My G5 is the Dual 2.5 model, and the iSight should fit on your ViewSonic LCD. I had the iSight on my old Sony LCD.


----------



## i stole this name (May 9, 2005)

teeterboy3 said:


> A couple months old, but close to the most current setup.
> 
> I'll post a better one… once I finish it


Dammit i want a cube! Could you cram a mini or 2 in there?


----------



## teeterboy3 (May 22, 2005)

i stole this name said:


> Dammit i want a cube! Could you cram a mini or 2 in there?


I'd wager you could fit 4 minis stacked one on top of each other inside a Cube case. Now that would be hilarious!


----------



## i stole this name (May 9, 2005)

lol i meant working! they'd die if there was no airflow!


----------



## teeterboy3 (May 22, 2005)

Okay here is a more current picture (as in today) featuring desktops done a la MannyP! A little more of the decor done, but still not all the way done… One day maybe.


----------



## shutsa (May 22, 2005)

teeterboy3 said:


> I'd wager you could fit 4 minis stacked one on top of each other inside a Cube case. Now that would be hilarious!


or 5 









Oh and my setup


----------



## teeterboy3 (May 22, 2005)

shutsa said:


> or 5


HAHAHAHAHA! Nice!



shutsa said:


> Oh and my setup


Ooooooh nice wall colour, nice rig and nice floor!


----------



## shutsa (May 22, 2005)

teeterboy3 said:


> Ooooooh nice wall colour, nice rig and nice floor!


Thanks. Once I get a couch on the opposite wall the room will be complete.


----------



## DBerG (May 24, 2005)

I thought I'd revive this thread a bit.
Here's mine. Sorry I had to tweak it a bit so I could upload it.
Notice the cute little Leopard at the top ??


----------



## Elias26 (Apr 19, 2005)

Love the desk unit there DBerG. Scrap the rest!

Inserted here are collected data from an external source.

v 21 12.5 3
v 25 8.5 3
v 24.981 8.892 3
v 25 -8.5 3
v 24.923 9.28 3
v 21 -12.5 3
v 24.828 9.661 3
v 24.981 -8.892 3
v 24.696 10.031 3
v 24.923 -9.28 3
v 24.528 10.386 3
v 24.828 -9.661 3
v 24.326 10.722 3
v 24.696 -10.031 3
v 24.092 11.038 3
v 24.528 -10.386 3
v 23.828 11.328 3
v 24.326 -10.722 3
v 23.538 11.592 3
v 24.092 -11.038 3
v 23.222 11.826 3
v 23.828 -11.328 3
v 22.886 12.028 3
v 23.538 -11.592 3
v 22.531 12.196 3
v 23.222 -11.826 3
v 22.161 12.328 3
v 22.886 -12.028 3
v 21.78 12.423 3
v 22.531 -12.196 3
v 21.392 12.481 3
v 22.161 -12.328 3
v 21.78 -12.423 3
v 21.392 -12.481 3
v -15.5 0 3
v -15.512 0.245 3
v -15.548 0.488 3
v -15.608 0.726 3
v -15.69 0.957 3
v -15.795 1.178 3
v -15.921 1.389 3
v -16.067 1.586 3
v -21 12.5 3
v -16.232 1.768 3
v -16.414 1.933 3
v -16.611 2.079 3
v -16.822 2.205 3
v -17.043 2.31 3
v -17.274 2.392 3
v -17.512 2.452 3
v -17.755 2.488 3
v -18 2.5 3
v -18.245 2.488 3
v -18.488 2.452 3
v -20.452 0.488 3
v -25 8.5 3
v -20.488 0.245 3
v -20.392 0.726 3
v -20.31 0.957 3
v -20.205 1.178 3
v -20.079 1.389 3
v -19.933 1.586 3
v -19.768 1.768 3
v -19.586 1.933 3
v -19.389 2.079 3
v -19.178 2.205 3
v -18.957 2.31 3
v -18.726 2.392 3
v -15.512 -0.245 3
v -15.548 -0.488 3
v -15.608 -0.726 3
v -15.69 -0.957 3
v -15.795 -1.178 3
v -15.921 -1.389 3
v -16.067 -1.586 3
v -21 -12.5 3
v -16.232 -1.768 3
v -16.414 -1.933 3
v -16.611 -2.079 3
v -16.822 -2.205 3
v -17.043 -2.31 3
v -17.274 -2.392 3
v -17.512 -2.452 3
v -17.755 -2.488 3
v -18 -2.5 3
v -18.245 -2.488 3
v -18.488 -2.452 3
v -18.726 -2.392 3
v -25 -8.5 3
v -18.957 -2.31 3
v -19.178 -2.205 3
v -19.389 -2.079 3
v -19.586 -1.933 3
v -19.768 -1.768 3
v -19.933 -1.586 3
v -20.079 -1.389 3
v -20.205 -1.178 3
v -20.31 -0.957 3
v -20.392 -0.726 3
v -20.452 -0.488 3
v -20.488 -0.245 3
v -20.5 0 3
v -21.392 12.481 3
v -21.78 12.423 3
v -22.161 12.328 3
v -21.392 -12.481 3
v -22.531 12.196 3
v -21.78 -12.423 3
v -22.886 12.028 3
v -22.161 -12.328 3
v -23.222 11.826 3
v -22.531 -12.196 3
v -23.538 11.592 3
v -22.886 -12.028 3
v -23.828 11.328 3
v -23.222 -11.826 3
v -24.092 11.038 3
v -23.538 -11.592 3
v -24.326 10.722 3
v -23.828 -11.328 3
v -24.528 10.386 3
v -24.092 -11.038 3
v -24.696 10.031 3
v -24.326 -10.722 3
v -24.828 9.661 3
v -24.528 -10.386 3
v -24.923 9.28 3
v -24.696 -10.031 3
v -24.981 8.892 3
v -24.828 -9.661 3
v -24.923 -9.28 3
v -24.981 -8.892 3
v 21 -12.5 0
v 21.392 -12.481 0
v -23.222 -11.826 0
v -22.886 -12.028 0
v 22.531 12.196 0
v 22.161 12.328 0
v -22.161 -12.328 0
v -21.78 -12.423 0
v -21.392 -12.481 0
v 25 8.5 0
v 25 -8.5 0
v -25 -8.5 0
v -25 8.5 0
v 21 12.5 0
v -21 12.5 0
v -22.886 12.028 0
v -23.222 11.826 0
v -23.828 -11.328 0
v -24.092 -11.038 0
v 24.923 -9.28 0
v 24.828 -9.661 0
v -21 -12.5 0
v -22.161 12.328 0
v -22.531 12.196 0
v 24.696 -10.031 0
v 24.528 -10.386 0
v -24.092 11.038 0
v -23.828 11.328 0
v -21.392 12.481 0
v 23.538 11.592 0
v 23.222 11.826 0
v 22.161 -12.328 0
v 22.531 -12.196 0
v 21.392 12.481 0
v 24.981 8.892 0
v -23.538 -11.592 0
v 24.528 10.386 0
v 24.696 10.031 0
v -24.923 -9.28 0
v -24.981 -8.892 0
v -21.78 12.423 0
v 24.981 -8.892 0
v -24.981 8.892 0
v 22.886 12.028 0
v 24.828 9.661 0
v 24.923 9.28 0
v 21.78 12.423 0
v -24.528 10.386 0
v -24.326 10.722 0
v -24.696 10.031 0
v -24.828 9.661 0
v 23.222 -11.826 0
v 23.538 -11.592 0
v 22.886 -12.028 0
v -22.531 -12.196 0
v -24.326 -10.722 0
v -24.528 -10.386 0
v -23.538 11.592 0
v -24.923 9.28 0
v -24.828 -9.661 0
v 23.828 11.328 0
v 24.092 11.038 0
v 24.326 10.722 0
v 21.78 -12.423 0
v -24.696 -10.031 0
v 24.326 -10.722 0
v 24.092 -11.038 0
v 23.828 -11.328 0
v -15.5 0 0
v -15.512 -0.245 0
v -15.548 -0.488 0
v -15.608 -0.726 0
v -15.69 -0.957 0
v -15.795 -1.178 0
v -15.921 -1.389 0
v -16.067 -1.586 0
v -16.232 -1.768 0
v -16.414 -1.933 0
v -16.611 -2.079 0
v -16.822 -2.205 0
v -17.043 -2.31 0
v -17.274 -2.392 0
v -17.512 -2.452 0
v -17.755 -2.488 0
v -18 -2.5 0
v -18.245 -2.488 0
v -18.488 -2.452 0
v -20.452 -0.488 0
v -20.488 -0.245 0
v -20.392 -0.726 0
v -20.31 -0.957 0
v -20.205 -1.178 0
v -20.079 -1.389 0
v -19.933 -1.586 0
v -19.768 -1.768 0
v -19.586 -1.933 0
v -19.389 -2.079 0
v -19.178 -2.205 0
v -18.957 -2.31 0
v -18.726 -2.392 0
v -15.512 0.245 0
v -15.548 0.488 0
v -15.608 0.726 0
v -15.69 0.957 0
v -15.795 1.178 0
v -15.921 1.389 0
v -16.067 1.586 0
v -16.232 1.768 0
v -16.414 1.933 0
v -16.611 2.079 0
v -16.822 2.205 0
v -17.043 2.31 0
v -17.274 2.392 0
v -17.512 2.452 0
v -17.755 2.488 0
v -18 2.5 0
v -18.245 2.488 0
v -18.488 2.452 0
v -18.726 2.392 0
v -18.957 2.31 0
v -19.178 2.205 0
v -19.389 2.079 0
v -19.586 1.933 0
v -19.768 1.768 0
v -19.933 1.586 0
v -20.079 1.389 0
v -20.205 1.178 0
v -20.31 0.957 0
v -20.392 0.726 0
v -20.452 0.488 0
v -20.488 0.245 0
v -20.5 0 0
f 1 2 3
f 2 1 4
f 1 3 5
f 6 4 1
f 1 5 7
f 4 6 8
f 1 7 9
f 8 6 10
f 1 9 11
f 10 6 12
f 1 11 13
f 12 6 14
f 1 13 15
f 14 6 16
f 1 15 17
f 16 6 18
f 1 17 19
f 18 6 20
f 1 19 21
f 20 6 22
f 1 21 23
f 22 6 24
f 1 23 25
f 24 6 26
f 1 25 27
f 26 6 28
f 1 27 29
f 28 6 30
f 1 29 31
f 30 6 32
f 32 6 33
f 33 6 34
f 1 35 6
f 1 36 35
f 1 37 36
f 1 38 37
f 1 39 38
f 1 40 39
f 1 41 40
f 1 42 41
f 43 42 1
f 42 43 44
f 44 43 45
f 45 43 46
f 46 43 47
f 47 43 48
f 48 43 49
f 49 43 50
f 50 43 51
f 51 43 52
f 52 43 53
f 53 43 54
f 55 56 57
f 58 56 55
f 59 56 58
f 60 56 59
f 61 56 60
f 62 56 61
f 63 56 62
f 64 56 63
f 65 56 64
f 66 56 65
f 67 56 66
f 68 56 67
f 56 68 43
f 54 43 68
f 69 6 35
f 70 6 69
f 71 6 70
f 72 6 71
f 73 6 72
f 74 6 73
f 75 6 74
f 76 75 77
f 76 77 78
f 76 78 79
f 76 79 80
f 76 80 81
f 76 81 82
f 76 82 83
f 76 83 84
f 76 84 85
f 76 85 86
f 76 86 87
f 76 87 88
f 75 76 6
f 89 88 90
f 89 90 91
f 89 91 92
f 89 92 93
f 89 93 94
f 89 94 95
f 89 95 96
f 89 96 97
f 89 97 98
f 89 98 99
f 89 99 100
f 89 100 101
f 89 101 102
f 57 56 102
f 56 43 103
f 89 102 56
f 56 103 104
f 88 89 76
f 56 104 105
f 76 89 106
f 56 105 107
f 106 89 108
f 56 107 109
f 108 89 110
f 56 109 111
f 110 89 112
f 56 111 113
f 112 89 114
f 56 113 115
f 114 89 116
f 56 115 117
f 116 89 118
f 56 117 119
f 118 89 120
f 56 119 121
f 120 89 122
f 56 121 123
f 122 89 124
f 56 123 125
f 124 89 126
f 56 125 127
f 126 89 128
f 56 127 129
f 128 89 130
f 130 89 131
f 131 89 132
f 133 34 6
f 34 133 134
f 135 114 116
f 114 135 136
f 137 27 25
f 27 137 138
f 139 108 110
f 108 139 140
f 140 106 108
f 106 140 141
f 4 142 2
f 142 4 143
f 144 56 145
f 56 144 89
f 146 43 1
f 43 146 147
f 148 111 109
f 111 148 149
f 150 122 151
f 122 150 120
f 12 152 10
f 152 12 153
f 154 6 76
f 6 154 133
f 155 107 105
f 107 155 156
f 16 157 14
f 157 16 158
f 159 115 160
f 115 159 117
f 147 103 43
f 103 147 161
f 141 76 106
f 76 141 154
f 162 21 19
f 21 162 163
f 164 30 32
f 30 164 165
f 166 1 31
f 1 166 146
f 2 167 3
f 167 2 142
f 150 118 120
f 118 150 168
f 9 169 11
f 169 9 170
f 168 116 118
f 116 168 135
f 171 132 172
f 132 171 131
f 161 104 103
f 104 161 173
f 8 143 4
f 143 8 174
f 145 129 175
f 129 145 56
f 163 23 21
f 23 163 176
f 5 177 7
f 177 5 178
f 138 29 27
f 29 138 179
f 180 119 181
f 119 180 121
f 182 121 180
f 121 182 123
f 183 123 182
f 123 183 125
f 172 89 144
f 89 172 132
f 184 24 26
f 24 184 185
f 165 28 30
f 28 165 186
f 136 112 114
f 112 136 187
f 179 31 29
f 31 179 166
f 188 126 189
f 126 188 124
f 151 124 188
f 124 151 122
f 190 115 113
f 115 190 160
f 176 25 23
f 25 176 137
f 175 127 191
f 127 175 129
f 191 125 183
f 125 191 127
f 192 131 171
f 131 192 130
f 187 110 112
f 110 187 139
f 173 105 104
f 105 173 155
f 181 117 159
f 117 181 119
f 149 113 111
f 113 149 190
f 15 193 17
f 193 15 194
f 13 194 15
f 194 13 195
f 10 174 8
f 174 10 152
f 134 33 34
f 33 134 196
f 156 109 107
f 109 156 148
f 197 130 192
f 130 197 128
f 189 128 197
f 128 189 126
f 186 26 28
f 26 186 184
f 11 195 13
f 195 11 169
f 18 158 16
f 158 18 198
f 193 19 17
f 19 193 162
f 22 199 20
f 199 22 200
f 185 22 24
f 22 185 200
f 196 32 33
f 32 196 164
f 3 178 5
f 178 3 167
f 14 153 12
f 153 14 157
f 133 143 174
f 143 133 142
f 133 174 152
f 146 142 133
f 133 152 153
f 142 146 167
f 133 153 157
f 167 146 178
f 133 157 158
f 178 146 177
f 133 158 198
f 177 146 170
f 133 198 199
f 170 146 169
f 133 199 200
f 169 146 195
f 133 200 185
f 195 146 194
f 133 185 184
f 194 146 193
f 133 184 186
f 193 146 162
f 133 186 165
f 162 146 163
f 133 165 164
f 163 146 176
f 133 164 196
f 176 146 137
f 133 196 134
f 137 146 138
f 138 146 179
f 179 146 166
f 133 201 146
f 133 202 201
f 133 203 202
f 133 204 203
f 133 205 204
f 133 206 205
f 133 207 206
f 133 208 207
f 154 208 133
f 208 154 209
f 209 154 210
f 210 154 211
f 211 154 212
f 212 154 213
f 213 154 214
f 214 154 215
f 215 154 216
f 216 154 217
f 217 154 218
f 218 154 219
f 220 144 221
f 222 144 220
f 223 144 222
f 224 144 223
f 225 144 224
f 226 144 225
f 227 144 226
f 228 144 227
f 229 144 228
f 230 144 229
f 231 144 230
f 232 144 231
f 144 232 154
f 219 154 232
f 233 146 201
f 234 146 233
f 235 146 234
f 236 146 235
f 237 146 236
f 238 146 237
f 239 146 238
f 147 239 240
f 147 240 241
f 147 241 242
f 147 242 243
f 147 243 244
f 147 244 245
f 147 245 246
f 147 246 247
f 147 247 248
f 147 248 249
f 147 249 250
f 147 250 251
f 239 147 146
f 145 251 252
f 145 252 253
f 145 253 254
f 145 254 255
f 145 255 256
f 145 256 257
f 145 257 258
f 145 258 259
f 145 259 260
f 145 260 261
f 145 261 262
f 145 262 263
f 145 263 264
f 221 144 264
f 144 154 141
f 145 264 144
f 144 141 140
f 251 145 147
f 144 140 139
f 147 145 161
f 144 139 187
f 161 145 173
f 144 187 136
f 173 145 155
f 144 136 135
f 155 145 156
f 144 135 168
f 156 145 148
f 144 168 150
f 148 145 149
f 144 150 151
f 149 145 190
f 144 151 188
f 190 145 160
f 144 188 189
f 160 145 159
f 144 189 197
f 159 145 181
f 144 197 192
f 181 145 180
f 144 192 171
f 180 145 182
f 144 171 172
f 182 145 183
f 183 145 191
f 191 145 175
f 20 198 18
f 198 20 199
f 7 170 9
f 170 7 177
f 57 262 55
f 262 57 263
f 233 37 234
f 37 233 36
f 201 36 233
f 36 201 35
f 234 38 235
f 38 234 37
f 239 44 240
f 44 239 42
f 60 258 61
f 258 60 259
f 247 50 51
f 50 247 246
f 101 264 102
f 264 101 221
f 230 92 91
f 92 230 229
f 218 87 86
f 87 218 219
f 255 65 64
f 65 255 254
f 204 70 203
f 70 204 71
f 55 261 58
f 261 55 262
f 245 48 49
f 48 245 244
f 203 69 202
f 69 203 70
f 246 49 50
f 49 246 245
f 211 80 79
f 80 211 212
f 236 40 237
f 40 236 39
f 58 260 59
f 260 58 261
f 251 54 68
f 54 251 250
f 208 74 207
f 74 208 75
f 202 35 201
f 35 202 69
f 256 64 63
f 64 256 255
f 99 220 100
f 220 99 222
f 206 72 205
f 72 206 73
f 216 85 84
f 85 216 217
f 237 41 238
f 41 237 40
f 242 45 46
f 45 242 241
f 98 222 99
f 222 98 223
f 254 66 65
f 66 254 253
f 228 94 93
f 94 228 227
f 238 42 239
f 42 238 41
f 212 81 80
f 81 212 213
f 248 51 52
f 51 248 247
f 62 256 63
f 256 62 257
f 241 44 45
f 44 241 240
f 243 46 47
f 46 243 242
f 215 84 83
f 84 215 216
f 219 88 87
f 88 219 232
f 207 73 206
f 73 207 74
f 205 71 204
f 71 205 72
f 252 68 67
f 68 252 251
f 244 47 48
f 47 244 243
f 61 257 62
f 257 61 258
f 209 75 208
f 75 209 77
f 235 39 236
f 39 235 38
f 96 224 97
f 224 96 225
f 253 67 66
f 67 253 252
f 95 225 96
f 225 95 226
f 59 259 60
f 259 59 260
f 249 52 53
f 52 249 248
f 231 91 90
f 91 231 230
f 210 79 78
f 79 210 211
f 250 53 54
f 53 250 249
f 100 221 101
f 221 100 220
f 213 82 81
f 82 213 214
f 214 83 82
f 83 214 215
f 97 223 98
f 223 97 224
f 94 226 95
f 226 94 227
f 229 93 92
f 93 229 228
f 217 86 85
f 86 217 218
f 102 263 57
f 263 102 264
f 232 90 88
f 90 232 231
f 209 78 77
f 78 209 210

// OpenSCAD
// file: ../lib/shapes.scad
// Reusable primitives shared by models in this workspace.

// A box with rounded vertical corners, centered on the XY plane.
module rounded_box(size = [40, 24, 3], radius = 3) {
    assert(radius > 0, "radius must be positive");
    assert(size.x > radius * 2 && size.y > radius * 2,
           "radius must fit within the box");

    linear_extrude(height = size.z)
        offset(r = radius)
            square([size.x - radius * 2, size.y - radius * 2], center = true);
}
// main file
use <../lib/shapes.scad>

// A small first model that exercises shared modules and common print features.
$fn = 64;

tag_size = [50, 25, 3];
corner_radius = 4;
hole_diameter = 5;
hole_inset = 7;

difference() {
    rounded_box(tag_size, corner_radius);

    translate([-(tag_size.x / 2) + hole_inset, 0, -0.5])
        cylinder(h = tag_size.z + 1, d = hole_diameter);
}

Just joking. Yeah, can't wait to see the 20" iMac there. Now that would look sharp. I should take a pic of my rig.


----------



## dmbfan (Mar 23, 2005)

Here's mine. Sorry about the camera flash on the monitor.


----------



## Grunt (Jun 14, 2005)

Well, seeing as I have my camera handy...


----------



## gnatsum (Apr 10, 2005)

awfully messy for a laptop...lol


how can i post my picture up here? it will be at LEAST 1 megabyte, and you can only upload 19KB here


what should i doooo....?


----------



## seetobylive (Aug 4, 2004)

I gotta throw this in the ring, it almost deserves it's own thread but I'm sure you guys will appreciate this. I guess it is catching on in europe, a way of making it look like you have no screen ... just check this out you'll get the idea.

http://www.flickr.com/photos/w00kie/sets/180637/


----------



## tikibangout (Jul 19, 2005)

Holy ****, thats awesome. All of them are like perfect.


----------



## ramsesm (Jan 29, 2005)

Well, here is mine. I did not clean up so you get to see the constant state of my desk (on its best day  )


----------



## isergio04 (May 18, 2005)

Here ya go...


----------



## tikibangout (Jul 19, 2005)

No offense mate, but that is one ****ty picture, nice setup though.


----------



## jonmon (Feb 15, 2002)

here's a recent pic

i've hidden my monitor power adpater under the desk and moved the ipod closer


----------



## tikibangout (Jul 19, 2005)

Nice jonmon, I love it. I'll get a pic up of my PC rig, and my iBook in one pic when it comes.


----------



## harzack86 (Jan 30, 2005)

Here's a 2 min old picture of my mess  
I can share it now that I have a decent monitor, lol!


----------



## tikibangout (Jul 19, 2005)

harzack86 said:


> Here's a 2 min old picture of my mess
> I can share it now that I have a decent monitor, lol!


Looks like you have the same mouse as me, what model is yours?


----------



## nino (May 29, 2005)

*here's my setup*

my entertainment


----------



## TroutMaskReplica (Feb 28, 2003)

this is my ibook, which i've just set up at my new place.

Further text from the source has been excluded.